§ **Input**:
*** Begin section ***

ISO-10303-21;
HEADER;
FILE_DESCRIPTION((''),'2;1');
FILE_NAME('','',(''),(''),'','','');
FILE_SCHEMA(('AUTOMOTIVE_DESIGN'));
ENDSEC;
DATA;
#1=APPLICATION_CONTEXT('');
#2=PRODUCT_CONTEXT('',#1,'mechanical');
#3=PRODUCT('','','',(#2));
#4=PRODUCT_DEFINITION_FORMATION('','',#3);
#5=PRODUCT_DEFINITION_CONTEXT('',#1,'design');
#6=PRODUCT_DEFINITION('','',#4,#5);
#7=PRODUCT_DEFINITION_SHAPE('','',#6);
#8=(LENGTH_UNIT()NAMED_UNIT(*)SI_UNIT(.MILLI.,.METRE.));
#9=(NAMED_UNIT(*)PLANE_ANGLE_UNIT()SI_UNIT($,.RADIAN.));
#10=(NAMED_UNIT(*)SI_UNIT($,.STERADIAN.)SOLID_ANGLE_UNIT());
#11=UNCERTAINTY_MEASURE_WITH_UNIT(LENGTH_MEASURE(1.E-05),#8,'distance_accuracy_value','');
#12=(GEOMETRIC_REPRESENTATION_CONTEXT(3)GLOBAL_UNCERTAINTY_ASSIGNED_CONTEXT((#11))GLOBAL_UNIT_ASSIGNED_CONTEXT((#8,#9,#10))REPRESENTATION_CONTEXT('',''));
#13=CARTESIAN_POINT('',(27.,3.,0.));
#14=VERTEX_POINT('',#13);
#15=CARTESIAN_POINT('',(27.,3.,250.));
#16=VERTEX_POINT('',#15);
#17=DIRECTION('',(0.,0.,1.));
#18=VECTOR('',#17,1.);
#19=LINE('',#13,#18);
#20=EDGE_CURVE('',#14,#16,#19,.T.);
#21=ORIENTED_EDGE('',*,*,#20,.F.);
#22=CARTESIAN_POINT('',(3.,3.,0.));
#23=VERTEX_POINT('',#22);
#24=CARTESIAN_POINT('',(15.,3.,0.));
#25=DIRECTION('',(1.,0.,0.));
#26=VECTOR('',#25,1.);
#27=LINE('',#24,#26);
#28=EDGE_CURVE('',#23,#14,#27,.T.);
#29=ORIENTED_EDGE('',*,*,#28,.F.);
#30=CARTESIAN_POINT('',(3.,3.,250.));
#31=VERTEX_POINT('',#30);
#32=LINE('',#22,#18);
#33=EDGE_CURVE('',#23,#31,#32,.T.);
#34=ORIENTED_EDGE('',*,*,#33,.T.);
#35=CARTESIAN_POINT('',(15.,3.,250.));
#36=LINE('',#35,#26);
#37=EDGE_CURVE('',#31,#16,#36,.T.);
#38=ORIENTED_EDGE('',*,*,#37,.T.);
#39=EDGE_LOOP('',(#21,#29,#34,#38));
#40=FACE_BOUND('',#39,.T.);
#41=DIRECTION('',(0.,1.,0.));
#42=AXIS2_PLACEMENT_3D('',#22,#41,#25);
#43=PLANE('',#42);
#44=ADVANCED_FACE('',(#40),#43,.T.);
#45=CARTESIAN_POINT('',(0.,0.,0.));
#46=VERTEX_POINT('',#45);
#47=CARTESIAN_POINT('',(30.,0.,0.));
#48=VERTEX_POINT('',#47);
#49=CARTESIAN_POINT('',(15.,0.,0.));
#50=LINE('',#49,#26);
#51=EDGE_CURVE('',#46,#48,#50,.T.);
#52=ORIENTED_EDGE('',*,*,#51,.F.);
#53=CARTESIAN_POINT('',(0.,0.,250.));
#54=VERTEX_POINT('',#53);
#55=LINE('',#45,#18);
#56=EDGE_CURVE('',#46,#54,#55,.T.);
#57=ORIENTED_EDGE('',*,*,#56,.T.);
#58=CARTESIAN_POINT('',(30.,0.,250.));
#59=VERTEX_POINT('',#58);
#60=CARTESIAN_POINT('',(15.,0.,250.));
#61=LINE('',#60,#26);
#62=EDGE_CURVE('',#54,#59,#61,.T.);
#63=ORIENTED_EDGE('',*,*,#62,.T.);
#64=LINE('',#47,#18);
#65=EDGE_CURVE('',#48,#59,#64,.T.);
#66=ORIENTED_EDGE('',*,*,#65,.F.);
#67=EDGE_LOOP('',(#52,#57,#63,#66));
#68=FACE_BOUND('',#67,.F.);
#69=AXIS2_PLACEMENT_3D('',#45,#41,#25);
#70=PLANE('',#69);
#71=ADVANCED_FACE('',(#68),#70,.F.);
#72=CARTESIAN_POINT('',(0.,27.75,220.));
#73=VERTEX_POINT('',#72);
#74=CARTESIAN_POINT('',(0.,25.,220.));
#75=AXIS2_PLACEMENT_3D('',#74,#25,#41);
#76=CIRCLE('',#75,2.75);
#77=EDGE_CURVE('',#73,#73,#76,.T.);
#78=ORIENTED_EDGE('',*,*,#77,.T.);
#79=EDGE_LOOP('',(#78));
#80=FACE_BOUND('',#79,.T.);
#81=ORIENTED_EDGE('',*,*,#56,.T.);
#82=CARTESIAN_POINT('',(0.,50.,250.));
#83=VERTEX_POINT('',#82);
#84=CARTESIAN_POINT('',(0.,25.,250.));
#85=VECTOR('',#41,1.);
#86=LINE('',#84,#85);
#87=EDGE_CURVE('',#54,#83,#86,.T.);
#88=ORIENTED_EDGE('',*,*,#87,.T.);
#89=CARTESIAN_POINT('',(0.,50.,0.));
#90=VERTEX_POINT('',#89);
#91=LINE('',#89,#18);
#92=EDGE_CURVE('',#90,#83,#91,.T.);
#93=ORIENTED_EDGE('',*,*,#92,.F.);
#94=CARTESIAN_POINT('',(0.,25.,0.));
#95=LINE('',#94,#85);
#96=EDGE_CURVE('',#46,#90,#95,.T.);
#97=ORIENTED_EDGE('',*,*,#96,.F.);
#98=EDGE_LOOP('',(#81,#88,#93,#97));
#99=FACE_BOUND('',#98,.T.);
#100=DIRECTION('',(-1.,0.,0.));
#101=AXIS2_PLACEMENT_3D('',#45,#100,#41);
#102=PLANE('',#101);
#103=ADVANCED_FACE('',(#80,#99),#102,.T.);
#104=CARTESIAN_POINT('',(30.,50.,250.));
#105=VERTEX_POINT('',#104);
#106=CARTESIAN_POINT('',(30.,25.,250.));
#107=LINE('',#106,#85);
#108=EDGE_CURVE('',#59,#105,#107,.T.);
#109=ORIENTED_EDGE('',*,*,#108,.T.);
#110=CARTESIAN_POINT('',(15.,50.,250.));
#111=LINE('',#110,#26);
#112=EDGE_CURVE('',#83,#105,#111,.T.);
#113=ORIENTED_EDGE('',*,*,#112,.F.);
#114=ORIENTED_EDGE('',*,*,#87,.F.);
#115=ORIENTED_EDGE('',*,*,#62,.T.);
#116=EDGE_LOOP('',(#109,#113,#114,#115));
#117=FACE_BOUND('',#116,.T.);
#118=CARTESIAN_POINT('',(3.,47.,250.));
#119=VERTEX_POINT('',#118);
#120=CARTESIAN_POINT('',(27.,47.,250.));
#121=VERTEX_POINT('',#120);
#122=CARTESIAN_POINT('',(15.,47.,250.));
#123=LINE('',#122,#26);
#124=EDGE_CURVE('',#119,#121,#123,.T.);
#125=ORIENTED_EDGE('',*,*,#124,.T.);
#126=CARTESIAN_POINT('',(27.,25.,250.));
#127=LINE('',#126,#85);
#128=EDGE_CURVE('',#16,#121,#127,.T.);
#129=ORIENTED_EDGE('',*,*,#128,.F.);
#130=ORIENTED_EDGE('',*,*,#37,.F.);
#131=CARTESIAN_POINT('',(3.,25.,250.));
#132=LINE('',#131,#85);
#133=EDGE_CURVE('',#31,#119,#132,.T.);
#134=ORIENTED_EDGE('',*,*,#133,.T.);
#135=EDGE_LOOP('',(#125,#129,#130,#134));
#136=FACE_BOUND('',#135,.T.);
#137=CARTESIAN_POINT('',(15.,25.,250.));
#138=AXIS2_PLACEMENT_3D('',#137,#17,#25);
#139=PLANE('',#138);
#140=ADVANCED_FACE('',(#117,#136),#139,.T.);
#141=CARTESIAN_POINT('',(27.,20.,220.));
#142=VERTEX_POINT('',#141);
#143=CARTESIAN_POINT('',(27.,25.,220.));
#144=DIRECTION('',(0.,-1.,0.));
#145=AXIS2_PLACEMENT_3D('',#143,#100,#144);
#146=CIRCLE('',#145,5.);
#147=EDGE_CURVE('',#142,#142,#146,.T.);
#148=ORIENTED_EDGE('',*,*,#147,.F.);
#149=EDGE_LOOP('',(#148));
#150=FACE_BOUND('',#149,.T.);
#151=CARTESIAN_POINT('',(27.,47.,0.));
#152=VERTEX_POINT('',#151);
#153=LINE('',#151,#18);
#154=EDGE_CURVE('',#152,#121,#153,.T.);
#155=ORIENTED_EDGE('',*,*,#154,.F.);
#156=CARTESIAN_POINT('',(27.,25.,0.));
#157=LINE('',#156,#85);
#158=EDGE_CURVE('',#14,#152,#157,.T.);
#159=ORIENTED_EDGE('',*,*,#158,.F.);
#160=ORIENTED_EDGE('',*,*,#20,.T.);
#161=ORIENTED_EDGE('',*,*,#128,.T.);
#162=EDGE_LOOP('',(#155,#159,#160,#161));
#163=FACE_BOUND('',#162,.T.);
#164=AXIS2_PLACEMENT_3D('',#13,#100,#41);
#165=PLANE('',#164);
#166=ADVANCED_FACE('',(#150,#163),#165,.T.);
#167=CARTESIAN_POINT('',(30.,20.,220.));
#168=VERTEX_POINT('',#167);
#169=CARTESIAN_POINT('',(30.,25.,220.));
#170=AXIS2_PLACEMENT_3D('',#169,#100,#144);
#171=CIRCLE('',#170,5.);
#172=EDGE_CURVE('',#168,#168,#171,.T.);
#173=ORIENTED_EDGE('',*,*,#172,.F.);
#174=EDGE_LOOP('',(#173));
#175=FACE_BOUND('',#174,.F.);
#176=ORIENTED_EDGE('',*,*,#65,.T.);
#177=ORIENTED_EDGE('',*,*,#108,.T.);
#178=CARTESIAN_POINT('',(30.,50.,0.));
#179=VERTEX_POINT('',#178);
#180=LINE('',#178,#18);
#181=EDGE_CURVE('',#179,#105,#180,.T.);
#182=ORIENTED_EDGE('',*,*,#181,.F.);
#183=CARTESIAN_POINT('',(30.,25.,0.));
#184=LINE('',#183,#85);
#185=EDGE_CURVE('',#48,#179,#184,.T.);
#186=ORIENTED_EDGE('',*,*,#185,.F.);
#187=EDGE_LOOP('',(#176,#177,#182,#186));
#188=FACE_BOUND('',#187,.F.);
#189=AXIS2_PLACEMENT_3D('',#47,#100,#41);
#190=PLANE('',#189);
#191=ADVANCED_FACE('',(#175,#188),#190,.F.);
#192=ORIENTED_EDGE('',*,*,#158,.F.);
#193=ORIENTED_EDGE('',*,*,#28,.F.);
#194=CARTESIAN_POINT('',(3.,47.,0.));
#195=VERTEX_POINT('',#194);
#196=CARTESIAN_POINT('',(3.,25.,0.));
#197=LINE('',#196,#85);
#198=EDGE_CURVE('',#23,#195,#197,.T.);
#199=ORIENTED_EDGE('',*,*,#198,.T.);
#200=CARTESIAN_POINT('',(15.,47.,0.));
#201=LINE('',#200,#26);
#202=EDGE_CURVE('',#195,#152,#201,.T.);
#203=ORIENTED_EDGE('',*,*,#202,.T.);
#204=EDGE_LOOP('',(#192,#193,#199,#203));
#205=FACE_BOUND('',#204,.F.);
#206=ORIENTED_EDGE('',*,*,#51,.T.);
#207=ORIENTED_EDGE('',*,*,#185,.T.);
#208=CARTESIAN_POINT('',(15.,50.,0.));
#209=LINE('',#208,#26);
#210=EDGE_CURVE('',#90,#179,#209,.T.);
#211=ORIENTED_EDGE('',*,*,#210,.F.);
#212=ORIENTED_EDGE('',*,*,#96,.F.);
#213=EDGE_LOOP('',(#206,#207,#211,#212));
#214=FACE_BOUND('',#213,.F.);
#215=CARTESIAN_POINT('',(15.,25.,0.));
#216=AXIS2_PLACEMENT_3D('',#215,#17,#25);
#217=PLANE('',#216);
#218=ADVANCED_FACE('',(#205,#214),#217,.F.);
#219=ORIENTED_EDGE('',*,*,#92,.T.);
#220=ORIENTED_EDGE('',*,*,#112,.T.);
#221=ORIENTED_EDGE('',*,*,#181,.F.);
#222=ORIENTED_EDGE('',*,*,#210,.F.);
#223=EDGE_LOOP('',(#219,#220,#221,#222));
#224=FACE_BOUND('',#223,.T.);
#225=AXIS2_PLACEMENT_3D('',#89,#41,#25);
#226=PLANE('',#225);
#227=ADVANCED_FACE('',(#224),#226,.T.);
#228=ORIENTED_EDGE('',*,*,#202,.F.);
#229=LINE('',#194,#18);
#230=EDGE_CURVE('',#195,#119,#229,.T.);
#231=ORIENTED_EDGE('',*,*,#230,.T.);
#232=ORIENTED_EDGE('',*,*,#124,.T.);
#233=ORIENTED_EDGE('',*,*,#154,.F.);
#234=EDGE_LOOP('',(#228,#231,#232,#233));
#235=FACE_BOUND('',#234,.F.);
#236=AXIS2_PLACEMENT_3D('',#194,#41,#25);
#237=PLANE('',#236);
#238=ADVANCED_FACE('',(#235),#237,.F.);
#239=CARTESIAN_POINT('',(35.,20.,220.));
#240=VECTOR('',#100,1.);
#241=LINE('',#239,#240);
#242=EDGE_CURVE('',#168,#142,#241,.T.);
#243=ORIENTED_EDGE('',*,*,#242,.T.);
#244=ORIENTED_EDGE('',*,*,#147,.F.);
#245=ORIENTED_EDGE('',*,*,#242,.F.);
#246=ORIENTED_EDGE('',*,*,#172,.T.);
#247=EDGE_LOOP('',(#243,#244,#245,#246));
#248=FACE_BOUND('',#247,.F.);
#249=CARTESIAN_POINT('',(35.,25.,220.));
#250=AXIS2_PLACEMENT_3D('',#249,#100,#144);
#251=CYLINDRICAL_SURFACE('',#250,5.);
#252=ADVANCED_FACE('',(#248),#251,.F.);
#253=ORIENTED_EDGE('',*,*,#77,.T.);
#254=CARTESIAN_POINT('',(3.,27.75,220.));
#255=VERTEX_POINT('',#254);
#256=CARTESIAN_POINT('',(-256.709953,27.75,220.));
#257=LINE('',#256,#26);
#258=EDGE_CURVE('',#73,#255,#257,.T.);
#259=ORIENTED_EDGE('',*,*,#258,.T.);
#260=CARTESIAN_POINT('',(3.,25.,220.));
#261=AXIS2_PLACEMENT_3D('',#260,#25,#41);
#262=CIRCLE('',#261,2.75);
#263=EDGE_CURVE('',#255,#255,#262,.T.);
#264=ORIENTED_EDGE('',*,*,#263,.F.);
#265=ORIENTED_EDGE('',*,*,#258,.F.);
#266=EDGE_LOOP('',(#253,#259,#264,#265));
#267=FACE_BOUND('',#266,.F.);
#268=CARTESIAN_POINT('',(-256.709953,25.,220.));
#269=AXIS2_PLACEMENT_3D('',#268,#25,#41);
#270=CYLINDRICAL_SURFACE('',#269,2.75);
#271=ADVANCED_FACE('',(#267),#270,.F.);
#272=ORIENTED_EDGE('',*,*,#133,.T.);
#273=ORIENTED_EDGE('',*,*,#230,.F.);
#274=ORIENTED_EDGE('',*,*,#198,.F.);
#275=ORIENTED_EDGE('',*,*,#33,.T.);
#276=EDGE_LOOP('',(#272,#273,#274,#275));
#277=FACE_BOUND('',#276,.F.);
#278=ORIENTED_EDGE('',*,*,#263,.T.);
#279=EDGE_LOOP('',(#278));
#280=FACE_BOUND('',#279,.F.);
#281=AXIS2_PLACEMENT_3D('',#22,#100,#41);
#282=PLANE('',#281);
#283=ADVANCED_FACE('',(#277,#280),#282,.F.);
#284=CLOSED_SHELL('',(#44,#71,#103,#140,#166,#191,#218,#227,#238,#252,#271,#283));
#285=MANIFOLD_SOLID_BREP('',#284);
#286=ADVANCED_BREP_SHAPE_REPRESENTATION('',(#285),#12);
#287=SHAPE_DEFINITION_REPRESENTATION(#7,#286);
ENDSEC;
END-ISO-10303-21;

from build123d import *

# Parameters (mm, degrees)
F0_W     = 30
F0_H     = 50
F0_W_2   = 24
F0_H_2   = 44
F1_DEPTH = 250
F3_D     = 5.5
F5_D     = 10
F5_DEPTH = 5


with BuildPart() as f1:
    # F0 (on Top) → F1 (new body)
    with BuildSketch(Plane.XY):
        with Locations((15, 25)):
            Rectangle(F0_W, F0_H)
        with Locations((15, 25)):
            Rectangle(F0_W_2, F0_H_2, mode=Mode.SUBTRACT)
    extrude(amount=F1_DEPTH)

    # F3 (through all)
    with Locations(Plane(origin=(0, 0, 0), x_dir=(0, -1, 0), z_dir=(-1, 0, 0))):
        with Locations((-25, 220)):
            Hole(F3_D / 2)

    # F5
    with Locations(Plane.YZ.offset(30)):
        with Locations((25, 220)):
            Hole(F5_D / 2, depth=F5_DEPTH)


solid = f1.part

*** End section ***

§ **Task directions**:
In the listing above, locate the line containing "#17=DIRECTION('',(0.,0.,1.));" and the line containing "#53=CARTESIAN_POINT('',(0.,0.,250.));". Transcribe those two lines and everything between them, exactly as written.

§ **Finished task**:
#17=DIRECTION('',(0.,0.,1.));
#18=VECTOR('',#17,1.);
#19=LINE('',#13,#18);
#20=EDGE_CURVE('',#14,#16,#19,.T.);
#21=ORIENTED_EDGE('',*,*,#20,.F.);
#22=CARTESIAN_POINT('',(3.,3.,0.));
#23=VERTEX_POINT('',#22);
#24=CARTESIAN_POINT('',(15.,3.,0.));
#25=DIRECTION('',(1.,0.,0.));
#26=VECTOR('',#25,1.);
#27=LINE('',#24,#26);
#28=EDGE_CURVE('',#23,#14,#27,.T.);
#29=ORIENTED_EDGE('',*,*,#28,.F.);
#30=CARTESIAN_POINT('',(3.,3.,250.));
#31=VERTEX_POINT('',#30);
#32=LINE('',#22,#18);
#33=EDGE_CURVE('',#23,#31,#32,.T.);
#34=ORIENTED_EDGE('',*,*,#33,.T.);
#35=CARTESIAN_POINT('',(15.,3.,250.));
#36=LINE('',#35,#26);
#37=EDGE_CURVE('',#31,#16,#36,.T.);
#38=ORIENTED_EDGE('',*,*,#37,.T.);
#39=EDGE_LOOP('',(#21,#29,#34,#38));
#40=FACE_BOUND('',#39,.T.);
#41=DIRECTION('',(0.,1.,0.));
#42=AXIS2_PLACEMENT_3D('',#22,#41,#25);
#43=PLANE('',#42);
#44=ADVANCED_FACE('',(#40),#43,.T.);
#45=CARTESIAN_POINT('',(0.,0.,0.));
#46=VERTEX_POINT('',#45);
#47=CARTESIAN_POINT('',(30.,0.,0.));
#48=VERTEX_POINT('',#47);
#49=CARTESIAN_POINT('',(15.,0.,0.));
#50=LINE('',#49,#26);
#51=EDGE_CURVE('',#46,#48,#50,.T.);
#52=ORIENTED_EDGE('',*,*,#51,.F.);
#53=CARTESIAN_POINT('',(0.,0.,250.));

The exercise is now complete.